Hung bush hooks and did some swimming while they soaked. Caught on huge turtle with a head the size of a cool whip bowl. 2 20 to 24 inch bow fin. 7 cats. Found a near to new yeti cooler in a log jamb. Several cold beers and home by 7 pm. What a wonderful Day to spend with the wife.


----------



## Realtor (Oct 1, 2007)

MONSTA's Good for you!!!!


----------



## GROUPERKING (Sep 28, 2011)

A dang fine day !









Sent from my SM-G955U using Tapatalk


----------



## sureicanfish (Sep 30, 2007)

I dont think I've ever heard of a cool whip container size reference lol, nice haul!


----------



## Try'n Hard (Oct 23, 2008)

Lucky you hung that turtle before cleaned off your baits and fish.

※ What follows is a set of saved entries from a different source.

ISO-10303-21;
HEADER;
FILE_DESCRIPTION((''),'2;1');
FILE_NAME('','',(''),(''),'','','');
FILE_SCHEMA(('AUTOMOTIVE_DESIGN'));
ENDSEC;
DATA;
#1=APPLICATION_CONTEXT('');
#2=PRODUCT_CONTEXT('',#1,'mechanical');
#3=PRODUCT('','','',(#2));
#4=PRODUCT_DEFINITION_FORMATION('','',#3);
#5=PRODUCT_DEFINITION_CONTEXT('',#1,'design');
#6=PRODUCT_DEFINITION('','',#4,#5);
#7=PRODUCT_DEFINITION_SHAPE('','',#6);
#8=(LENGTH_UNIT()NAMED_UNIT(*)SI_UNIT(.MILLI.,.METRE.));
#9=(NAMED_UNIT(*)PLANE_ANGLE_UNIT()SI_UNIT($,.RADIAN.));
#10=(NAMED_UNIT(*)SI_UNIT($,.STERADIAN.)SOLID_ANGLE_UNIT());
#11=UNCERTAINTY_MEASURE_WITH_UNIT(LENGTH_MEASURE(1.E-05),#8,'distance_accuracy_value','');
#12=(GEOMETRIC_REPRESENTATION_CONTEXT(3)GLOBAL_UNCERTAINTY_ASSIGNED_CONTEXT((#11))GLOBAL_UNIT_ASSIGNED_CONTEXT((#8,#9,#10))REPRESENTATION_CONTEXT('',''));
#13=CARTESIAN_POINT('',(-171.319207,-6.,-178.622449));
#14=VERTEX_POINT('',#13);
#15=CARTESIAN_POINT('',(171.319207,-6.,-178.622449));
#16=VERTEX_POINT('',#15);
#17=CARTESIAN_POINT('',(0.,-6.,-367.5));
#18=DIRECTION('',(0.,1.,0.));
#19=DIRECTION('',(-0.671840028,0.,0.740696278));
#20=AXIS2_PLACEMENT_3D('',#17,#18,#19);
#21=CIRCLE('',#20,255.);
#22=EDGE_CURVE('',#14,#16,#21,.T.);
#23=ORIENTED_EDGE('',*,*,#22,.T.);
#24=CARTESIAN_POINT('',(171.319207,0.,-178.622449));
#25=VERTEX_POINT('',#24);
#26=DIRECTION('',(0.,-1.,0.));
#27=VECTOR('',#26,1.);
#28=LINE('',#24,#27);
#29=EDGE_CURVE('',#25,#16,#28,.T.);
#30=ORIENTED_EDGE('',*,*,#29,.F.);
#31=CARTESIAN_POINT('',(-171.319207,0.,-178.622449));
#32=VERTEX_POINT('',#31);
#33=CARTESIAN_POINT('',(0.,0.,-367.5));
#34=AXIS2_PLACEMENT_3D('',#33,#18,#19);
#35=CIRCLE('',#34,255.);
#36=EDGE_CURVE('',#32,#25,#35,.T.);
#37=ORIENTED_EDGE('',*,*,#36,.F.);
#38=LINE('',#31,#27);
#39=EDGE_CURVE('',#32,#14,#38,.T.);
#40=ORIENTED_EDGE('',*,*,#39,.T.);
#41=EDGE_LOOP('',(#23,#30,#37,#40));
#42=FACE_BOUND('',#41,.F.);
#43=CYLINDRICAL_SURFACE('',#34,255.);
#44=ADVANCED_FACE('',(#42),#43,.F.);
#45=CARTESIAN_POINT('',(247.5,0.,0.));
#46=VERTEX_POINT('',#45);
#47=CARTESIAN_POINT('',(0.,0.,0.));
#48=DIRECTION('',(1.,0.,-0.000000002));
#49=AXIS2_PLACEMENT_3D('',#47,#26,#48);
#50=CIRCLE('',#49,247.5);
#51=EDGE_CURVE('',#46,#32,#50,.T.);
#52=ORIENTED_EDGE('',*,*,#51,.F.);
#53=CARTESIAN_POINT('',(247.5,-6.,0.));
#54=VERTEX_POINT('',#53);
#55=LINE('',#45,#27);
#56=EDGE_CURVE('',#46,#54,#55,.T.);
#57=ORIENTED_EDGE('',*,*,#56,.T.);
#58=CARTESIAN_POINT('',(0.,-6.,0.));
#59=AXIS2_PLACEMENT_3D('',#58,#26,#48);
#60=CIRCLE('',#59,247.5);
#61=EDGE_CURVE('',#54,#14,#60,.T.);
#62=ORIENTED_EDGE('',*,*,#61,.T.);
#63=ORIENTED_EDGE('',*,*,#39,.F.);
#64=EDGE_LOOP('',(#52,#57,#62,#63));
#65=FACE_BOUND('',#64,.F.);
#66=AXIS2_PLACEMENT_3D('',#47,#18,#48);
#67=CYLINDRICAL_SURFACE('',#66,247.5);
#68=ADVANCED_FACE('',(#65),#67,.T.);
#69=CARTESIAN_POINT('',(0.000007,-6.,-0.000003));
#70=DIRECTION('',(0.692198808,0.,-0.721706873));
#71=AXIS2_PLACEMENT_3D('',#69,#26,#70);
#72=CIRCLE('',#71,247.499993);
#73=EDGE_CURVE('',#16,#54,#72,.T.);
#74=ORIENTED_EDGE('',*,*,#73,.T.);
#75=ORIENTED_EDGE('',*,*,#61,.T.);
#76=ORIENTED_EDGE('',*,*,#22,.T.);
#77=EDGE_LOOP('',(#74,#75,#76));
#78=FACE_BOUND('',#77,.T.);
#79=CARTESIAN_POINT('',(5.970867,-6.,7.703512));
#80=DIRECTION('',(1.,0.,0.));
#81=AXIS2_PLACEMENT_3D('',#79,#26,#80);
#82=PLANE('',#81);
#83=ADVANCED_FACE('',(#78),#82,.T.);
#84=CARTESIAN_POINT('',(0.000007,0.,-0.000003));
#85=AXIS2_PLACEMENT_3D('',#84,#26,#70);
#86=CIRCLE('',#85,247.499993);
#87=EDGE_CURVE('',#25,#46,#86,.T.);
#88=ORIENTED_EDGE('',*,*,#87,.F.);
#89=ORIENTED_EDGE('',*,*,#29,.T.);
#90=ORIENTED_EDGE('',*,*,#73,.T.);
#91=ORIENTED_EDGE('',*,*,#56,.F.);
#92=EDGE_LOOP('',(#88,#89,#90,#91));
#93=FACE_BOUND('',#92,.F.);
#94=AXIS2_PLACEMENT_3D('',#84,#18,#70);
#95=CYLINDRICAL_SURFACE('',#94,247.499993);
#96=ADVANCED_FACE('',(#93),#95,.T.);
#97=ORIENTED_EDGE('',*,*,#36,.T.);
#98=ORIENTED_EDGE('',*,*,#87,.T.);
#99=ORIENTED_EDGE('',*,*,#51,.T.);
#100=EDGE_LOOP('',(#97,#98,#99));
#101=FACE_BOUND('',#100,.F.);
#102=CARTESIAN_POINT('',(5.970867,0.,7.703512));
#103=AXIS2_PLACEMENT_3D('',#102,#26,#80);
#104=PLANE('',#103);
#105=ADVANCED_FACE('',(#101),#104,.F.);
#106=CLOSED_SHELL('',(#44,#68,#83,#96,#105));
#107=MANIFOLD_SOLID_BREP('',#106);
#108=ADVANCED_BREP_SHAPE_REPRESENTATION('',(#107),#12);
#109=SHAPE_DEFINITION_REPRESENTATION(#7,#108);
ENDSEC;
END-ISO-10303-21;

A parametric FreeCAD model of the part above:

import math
import FreeCAD as App
import Part
import Sketcher

V = App.Vector
Q = App.Units.Quantity

doc = App.newDocument("Part")
params = doc.addObject("Spreadsheet::Sheet", "Params")
for row, (alias, value) in enumerate([
    ("sketch1_radius", "255 mm"),
    ("sketch1_radius2", "247.5 mm"),
    ("pad1_length", "6 mm"),
], start=1):
    params.set(f"A{row}", alias)
    params.set(f"B{row}", "=" + value)
    params.setAlias(f"B{row}", alias)

body = doc.addObject("PartDesign::Body", "Body")

# Sketch on XZ plane
sketch1 = doc.addObject("Sketcher::SketchObject", "Sketch")
body.addObject(sketch1)
sketch1.AttachmentSupport = (doc.XZ_Plane, [""])
sketch1.MapMode = "FlatFace"
sketch1.addGeometry([
    Part.ArcOfCircle(Part.Circle(V(0.000007, -0.000003, 0), V(0, 0, 1), 247.499993), math.radians(-46.195583), math.radians(0.000001)),
    Part.ArcOfCircle(Part.Circle(V(0, 0, 0), V(0, 0, 1), 247.5), math.radians(0), math.radians(226.195583)),
    Part.ArcOfCircle(Part.Circle(V(0, -367.5, 0), V(0, 0, 1), 255), math.radians(47.790762), math.radians(132.209238)),
], False)
sketch1.addConstraint([
    Sketcher.Constraint("Tangent", 0, 2, 1, 1),
    Sketcher.Constraint("Coincident", 1, 2, 2, 2),
    Sketcher.Constraint("Coincident", 2, 1, 0, 1),
    Sketcher.Constraint("Coincident", 0, 3, -1, 1),
    Sketcher.Constraint("Symmetric", 1, 2, 2, 1, -2),
    Sketcher.Constraint("PointOnObject", 0, 2, -1),
    Sketcher.Constraint("Radius", 2, Q("255 mm")),
    Sketcher.Constraint("Radius", 1, Q("247.5 mm")),
    Sketcher.Constraint("DistanceY", 2, 3, -1, 1, Q("367.5 mm")),
])
sketch1.setExpression("Constraints[6]", "Params.sketch1_radius")
sketch1.setExpression("Constraints[7]", "Params.sketch1_radius2")
pad1 = doc.addObject("PartDesign::Pad", "Pad")
body.addObject(pad1)
pad1.Profile = sketch1
pad1.setExpression("Length", "Params.pad1_length")

doc.recompute()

Nice catch! What river?


----------



## The Hired Hand (Jun 27, 2016)

Try'n Hard said:


> Lucky you hung that turtle before cleaned off your baits and fish. Nice catch! What river?


Styx


----------



## specktackler57 (May 15, 2011)

Nice catch and score on the yeti


----------



## Bodupp (Oct 3, 2007)

A great day outdoors. Good job.


----------



## JoeyWelch (Sep 25, 2009)

Nice whiskers.


----------



## lastcast (Oct 12, 2007)

Awesome, good for you.


----------



## billyb (Aug 22, 2012)

I was raised on YR and my Dad always set lines at night so that is what I have been doing too. Just might try setting them during the day like you do. I was told it was better to fish during daytime hours on full moon. Don't know if it matters.


----------



## NipTide (Nov 13, 2008)

Nice fish! What were you using for bait? Full moon bite is definitely better during the daytime.


----------